» **Assigned task**
Exactly the lines from the first line of the listing through the line containing "v31 (36.65,38.15,5)" should appear in the output, unchanged.

» **Material provided**

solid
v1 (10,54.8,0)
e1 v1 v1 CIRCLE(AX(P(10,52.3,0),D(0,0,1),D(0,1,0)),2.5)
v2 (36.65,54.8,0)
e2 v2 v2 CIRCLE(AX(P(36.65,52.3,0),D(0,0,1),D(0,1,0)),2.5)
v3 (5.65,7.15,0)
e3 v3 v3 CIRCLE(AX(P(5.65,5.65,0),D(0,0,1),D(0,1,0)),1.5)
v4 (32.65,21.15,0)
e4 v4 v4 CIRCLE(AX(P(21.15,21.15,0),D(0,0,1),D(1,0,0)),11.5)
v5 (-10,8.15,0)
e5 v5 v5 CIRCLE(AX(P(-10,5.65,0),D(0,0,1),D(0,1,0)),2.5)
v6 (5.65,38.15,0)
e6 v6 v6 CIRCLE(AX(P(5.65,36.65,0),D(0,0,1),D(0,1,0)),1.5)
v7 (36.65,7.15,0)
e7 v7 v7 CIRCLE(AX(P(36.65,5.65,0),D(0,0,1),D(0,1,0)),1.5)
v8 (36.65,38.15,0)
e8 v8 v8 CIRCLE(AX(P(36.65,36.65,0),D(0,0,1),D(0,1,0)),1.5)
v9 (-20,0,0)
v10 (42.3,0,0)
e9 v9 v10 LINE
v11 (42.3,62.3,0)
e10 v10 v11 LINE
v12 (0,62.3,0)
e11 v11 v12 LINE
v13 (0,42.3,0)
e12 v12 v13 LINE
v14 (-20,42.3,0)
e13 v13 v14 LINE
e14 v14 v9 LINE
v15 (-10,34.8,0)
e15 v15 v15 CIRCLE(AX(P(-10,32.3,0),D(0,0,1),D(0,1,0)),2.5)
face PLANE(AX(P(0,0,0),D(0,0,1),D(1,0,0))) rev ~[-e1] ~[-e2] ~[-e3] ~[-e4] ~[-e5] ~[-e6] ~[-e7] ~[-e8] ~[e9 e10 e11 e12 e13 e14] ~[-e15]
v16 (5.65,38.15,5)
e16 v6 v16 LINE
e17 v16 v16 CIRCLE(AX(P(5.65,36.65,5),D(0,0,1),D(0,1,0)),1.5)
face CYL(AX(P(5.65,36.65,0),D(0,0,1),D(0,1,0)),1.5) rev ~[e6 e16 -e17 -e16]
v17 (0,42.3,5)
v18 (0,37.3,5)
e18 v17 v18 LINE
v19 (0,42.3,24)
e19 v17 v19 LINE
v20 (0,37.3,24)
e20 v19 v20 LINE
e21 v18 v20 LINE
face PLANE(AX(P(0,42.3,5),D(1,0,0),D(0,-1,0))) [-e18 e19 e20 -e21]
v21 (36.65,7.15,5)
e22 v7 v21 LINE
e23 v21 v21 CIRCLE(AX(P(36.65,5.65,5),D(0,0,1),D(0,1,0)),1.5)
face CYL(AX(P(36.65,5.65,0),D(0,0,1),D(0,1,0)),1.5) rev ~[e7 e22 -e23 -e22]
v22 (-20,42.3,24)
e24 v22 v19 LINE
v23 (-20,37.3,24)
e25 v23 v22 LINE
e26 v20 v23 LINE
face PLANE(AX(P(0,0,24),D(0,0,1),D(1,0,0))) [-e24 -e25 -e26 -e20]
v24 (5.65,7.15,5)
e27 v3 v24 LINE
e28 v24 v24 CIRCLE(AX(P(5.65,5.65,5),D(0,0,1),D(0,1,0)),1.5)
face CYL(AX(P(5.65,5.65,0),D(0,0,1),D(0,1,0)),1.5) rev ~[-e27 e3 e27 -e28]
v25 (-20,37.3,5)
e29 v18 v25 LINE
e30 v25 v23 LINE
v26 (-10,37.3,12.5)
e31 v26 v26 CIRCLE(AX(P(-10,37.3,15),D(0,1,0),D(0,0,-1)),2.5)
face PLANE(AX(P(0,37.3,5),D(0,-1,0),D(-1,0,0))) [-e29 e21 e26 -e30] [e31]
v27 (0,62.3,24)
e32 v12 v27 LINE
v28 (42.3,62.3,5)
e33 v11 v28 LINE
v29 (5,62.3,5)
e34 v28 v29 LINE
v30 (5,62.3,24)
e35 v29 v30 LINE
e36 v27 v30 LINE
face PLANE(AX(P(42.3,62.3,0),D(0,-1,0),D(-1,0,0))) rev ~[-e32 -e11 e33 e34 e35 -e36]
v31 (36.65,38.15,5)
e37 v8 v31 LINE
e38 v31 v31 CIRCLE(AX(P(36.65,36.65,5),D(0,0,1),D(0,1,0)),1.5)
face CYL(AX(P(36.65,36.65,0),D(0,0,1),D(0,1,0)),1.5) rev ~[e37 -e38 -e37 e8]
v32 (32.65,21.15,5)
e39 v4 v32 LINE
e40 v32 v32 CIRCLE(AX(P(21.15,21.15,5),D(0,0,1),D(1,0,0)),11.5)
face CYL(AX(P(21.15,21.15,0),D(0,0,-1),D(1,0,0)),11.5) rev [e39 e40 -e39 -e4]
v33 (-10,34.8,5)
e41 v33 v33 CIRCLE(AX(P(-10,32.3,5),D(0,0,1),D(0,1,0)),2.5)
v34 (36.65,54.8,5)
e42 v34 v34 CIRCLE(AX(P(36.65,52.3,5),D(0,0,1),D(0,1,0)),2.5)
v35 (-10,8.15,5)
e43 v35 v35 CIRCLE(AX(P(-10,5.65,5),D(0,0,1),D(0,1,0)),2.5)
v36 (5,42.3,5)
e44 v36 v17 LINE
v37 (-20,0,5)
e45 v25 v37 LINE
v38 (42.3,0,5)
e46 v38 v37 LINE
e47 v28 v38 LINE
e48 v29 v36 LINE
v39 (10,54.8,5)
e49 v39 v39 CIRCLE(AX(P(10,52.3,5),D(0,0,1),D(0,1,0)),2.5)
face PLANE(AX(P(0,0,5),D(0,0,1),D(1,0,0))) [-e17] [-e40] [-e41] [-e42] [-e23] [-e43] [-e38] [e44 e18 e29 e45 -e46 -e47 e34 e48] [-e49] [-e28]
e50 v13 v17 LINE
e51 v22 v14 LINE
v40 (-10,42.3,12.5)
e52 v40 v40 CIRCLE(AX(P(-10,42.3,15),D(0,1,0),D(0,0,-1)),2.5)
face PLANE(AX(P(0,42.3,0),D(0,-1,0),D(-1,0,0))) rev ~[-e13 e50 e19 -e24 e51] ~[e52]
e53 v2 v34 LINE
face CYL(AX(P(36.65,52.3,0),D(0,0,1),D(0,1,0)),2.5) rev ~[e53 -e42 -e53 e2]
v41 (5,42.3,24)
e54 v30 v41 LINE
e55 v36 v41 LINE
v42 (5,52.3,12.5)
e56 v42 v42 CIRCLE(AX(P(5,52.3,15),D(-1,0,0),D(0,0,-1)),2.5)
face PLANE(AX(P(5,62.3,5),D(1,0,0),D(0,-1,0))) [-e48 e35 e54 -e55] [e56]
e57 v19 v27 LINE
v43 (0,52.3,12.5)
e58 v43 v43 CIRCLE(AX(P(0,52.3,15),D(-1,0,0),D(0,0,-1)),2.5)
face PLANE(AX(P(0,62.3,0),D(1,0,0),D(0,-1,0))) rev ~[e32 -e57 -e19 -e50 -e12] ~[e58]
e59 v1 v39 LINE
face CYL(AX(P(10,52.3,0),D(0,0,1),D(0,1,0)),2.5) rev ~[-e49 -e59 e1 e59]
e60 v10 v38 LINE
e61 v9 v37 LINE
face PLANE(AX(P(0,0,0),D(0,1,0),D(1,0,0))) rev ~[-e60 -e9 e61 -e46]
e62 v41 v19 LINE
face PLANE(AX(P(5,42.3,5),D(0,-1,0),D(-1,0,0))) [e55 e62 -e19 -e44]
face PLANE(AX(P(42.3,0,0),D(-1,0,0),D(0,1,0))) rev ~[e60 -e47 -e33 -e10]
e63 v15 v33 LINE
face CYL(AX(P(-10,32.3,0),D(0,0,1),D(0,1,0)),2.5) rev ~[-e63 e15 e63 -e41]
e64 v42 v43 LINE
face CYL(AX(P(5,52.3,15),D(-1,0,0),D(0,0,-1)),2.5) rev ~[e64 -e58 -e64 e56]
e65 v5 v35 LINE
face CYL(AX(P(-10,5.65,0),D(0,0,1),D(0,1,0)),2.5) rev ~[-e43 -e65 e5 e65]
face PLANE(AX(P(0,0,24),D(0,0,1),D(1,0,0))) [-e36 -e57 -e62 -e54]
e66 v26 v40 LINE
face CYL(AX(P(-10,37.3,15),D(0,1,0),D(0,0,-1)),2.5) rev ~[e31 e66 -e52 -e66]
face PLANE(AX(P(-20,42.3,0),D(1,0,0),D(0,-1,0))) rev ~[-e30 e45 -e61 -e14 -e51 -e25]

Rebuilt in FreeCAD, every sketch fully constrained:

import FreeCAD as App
import Part
import Sketcher

doc = App.newDocument("Part")
body = doc.addObject("PartDesign::Body", "Body")

# Sketch on XY plane
sketch1 = body.newObject("Sketcher::SketchObject", "Sketch")
sketch1.AttachmentSupport = (doc.getObject("XY_Plane"), [""])
sketch1.MapMode = "FlatFace"
sketch1.addGeometry(Part.LineSegment(App.Vector(42.3, 0, 0), App.Vector(42.3, 62.3, 0)), False)
sketch1.addGeometry(Part.LineSegment(App.Vector(42.3, 62.3, 0), App.Vector(0, 62.3, 0)), False)
sketch1.addGeometry(Part.LineSegment(App.Vector(0, 62.3, 0), App.Vector(0, 42.3, 0)), False)
sketch1.addGeometry(Part.LineSegment(App.Vector(0, 42.3, 0), App.Vector(-20, 42.3, 0)), False)
sketch1.addGeometry(Part.LineSegment(App.Vector(-20, 42.3, 0), App.Vector(-20, 0, 0)), False)
sketch1.addGeometry(Part.LineSegment(App.Vector(-20, 0, 0), App.Vector(42.3, 0, 0)), False)
sketch1.addGeometry(Part.Circle(App.Vector(21.15, 21.15, 0), App.Vector(0, 0, 1), 11.5), False)
sketch1.addConstraint(Sketcher.Constraint("Coincident", 0, 2, 1, 1))
sketch1.addConstraint(Sketcher.Constraint("Coincident", 1, 2, 2, 1))
sketch1.addConstraint(Sketcher.Constraint("Coincident", 2, 2, 3, 1))
sketch1.addConstraint(Sketcher.Constraint("Coincident", 3, 2, 4, 1))
sketch1.addConstraint(Sketcher.Constraint("Coincident", 4, 2, 5, 1))
sketch1.addConstraint(Sketcher.Constraint("Coincident", 5, 2, 0, 1))
sketch1.addConstraint(Sketcher.Constraint("Vertical", 0))
sketch1.addConstraint(Sketcher.Constraint("Horizontal", 1))
sketch1.addConstraint(Sketcher.Constraint("Vertical", 2))
sketch1.addConstraint(Sketcher.Constraint("Horizontal", 3))
sketch1.addConstraint(Sketcher.Constraint("Vertical", 4))
sketch1.addConstraint(Sketcher.Constraint("Horizontal", 5))
sketch1.addConstraint(Sketcher.Constraint("PointOnObject", 1, 2, -2))
sketch1.addConstraint(Sketcher.Constraint("PointOnObject", 4, 2, -1))
sketch1.addConstraint(Sketcher.Constraint("Equal", 5, 0))
sketch1.addConstraint(Sketcher.Constraint("Equal", 3, 2))
sketch1.addConstraint(Sketcher.Constraint("Diameter", 6, 23.0))
sketch1.addConstraint(Sketcher.Constraint("DistanceX", 3, 2, 3, 1, 20.0))
sketch1.addConstraint(Sketcher.Constraint("DistanceX", 1, 2, 1, 1, 42.3))
sketch1.addConstraint(Sketcher.Constraint("DistanceX", -1, 1, 6, 3, 21.15))
sketch1.addConstraint(Sketcher.Constraint("DistanceY", -1, 1, 6, 3, 21.15))
pad1 = body.newObject("PartDesign::Pad", "Pad")
pad1.Profile = sketch1
pad1.Length = 5

# Sketch on XY plane
sketch2 = body.newObject("Sketcher::SketchObject", "Sketch001")
sketch2.AttachmentSupport = (doc.getObject("XY_Plane"), [""])
sketch2.MapMode = "FlatFace"
sketch2.addGeometry(Part.Circle(App.Vector(5.65, 36.65, 0), App.Vector(0, 0, 1), 1.5), False)
sketch2.addGeometry(Part.Circle(App.Vector(36.65, 36.65, 0), App.Vector(0, 0, 1), 1.5), False)
sketch2.addGeometry(Part.Circle(App.Vector(36.65, 5.65, 0), App.Vector(0, 0, 1), 1.5), False)
sketch2.addGeometry(Part.Circle(App.Vector(5.65, 5.65, 0), App.Vector(0, 0, 1), 1.5), False)
sketch2.addConstraint(Sketcher.Constraint("Equal", 0, 1))
sketch2.addConstraint(Sketcher.Constraint("Equal", 1, 2))
sketch2.addConstraint(Sketcher.Constraint("Equal", 2, 3))
sketch2.addConstraint(Sketcher.Constraint("Horizontal", 0, 3, 1, 3))
sketch2.addConstraint(Sketcher.Constraint("Horizontal", 2, 3, 3, 3))
sketch2.addConstraint(Sketcher.Constraint("Vertical", 1, 3, 2, 3))
sketch2.addConstraint(Sketcher.Constraint("Vertical", 0, 3, 3, 3))
sketch2.addConstraint(Sketcher.Constraint("Diameter", 0, 3.0))
sketch2.addConstraint(Sketcher.Constraint("DistanceX", 0, 3, 1, 3, 31.0))
sketch2.addConstraint(Sketcher.Constraint("DistanceY", 2, 3, 1, 3, 31.0))
sketch2.addConstraint(Sketcher.Constraint("DistanceX", -1, 1, 0, 3, 5.65))
sketch2.addConstraint(Sketcher.Constraint("DistanceY", -1, 1, 0, 3, 36.65))
doc.recompute()
hole = body.newObject("PartDesign::Hole", "Hole")
hole.Profile = sketch2
hole.ThreadType = "None"
hole.Diameter = 3
hole.DepthType = "Dimension"
hole.Depth = 8
hole.DrillPoint = "Angled"
hole.DrillPointAngle = 118
hole.Reversed = True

» **Result below**
solid
v1 (10,54.8,0)
e1 v1 v1 CIRCLE(AX(P(10,52.3,0),D(0,0,1),D(0,1,0)),2.5)
v2 (36.65,54.8,0)
e2 v2 v2 CIRCLE(AX(P(36.65,52.3,0),D(0,0,1),D(0,1,0)),2.5)
v3 (5.65,7.15,0)
e3 v3 v3 CIRCLE(AX(P(5.65,5.65,0),D(0,0,1),D(0,1,0)),1.5)
v4 (32.65,21.15,0)
e4 v4 v4 CIRCLE(AX(P(21.15,21.15,0),D(0,0,1),D(1,0,0)),11.5)
v5 (-10,8.15,0)
e5 v5 v5 CIRCLE(AX(P(-10,5.65,0),D(0,0,1),D(0,1,0)),2.5)
v6 (5.65,38.15,0)
e6 v6 v6 CIRCLE(AX(P(5.65,36.65,0),D(0,0,1),D(0,1,0)),1.5)
v7 (36.65,7.15,0)
e7 v7 v7 CIRCLE(AX(P(36.65,5.65,0),D(0,0,1),D(0,1,0)),1.5)
v8 (36.65,38.15,0)
e8 v8 v8 CIRCLE(AX(P(36.65,36.65,0),D(0,0,1),D(0,1,0)),1.5)
v9 (-20,0,0)
v10 (42.3,0,0)
e9 v9 v10 LINE
v11 (42.3,62.3,0)
e10 v10 v11 LINE
v12 (0,62.3,0)
e11 v11 v12 LINE
v13 (0,42.3,0)
e12 v12 v13 LINE
v14 (-20,42.3,0)
e13 v13 v14 LINE
e14 v14 v9 LINE
v15 (-10,34.8,0)
e15 v15 v15 CIRCLE(AX(P(-10,32.3,0),D(0,0,1),D(0,1,0)),2.5)
face PLANE(AX(P(0,0,0),D(0,0,1),D(1,0,0))) rev ~[-e1] ~[-e2] ~[-e3] ~[-e4] ~[-e5] ~[-e6] ~[-e7] ~[-e8] ~[e9 e10 e11 e12 e13 e14] ~[-e15]
v16 (5.65,38.15,5)
e16 v6 v16 LINE
e17 v16 v16 CIRCLE(AX(P(5.65,36.65,5),D(0,0,1),D(0,1,0)),1.5)
face CYL(AX(P(5.65,36.65,0),D(0,0,1),D(0,1,0)),1.5) rev ~[e6 e16 -e17 -e16]
v17 (0,42.3,5)
v18 (0,37.3,5)
e18 v17 v18 LINE
v19 (0,42.3,24)
e19 v17 v19 LINE
v20 (0,37.3,24)
e20 v19 v20 LINE
e21 v18 v20 LINE
face PLANE(AX(P(0,42.3,5),D(1,0,0),D(0,-1,0))) [-e18 e19 e20 -e21]
v21 (36.65,7.15,5)
e22 v7 v21 LINE
e23 v21 v21 CIRCLE(AX(P(36.65,5.65,5),D(0,0,1),D(0,1,0)),1.5)
face CYL(AX(P(36.65,5.65,0),D(0,0,1),D(0,1,0)),1.5) rev ~[e7 e22 -e23 -e22]
v22 (-20,42.3,24)
e24 v22 v19 LINE
v23 (-20,37.3,24)
e25 v23 v22 LINE
e26 v20 v23 LINE
face PLANE(AX(P(0,0,24),D(0,0,1),D(1,0,0))) [-e24 -e25 -e26 -e20]
v24 (5.65,7.15,5)
e27 v3 v24 LINE
e28 v24 v24 CIRCLE(AX(P(5.65,5.65,5),D(0,0,1),D(0,1,0)),1.5)
face CYL(AX(P(5.65,5.65,0),D(0,0,1),D(0,1,0)),1.5) rev ~[-e27 e3 e27 -e28]
v25 (-20,37.3,5)
e29 v18 v25 LINE
e30 v25 v23 LINE
v26 (-10,37.3,12.5)
e31 v26 v26 CIRCLE(AX(P(-10,37.3,15),D(0,1,0),D(0,0,-1)),2.5)
face PLANE(AX(P(0,37.3,5),D(0,-1,0),D(-1,0,0))) [-e29 e21 e26 -e30] [e31]
v27 (0,62.3,24)
e32 v12 v27 LINE
v28 (42.3,62.3,5)
e33 v11 v28 LINE
v29 (5,62.3,5)
e34 v28 v29 LINE
v30 (5,62.3,24)
e35 v29 v30 LINE
e36 v27 v30 LINE
face PLANE(AX(P(42.3,62.3,0),D(0,-1,0),D(-1,0,0))) rev ~[-e32 -e11 e33 e34 e35 -e36]
v31 (36.65,38.15,5)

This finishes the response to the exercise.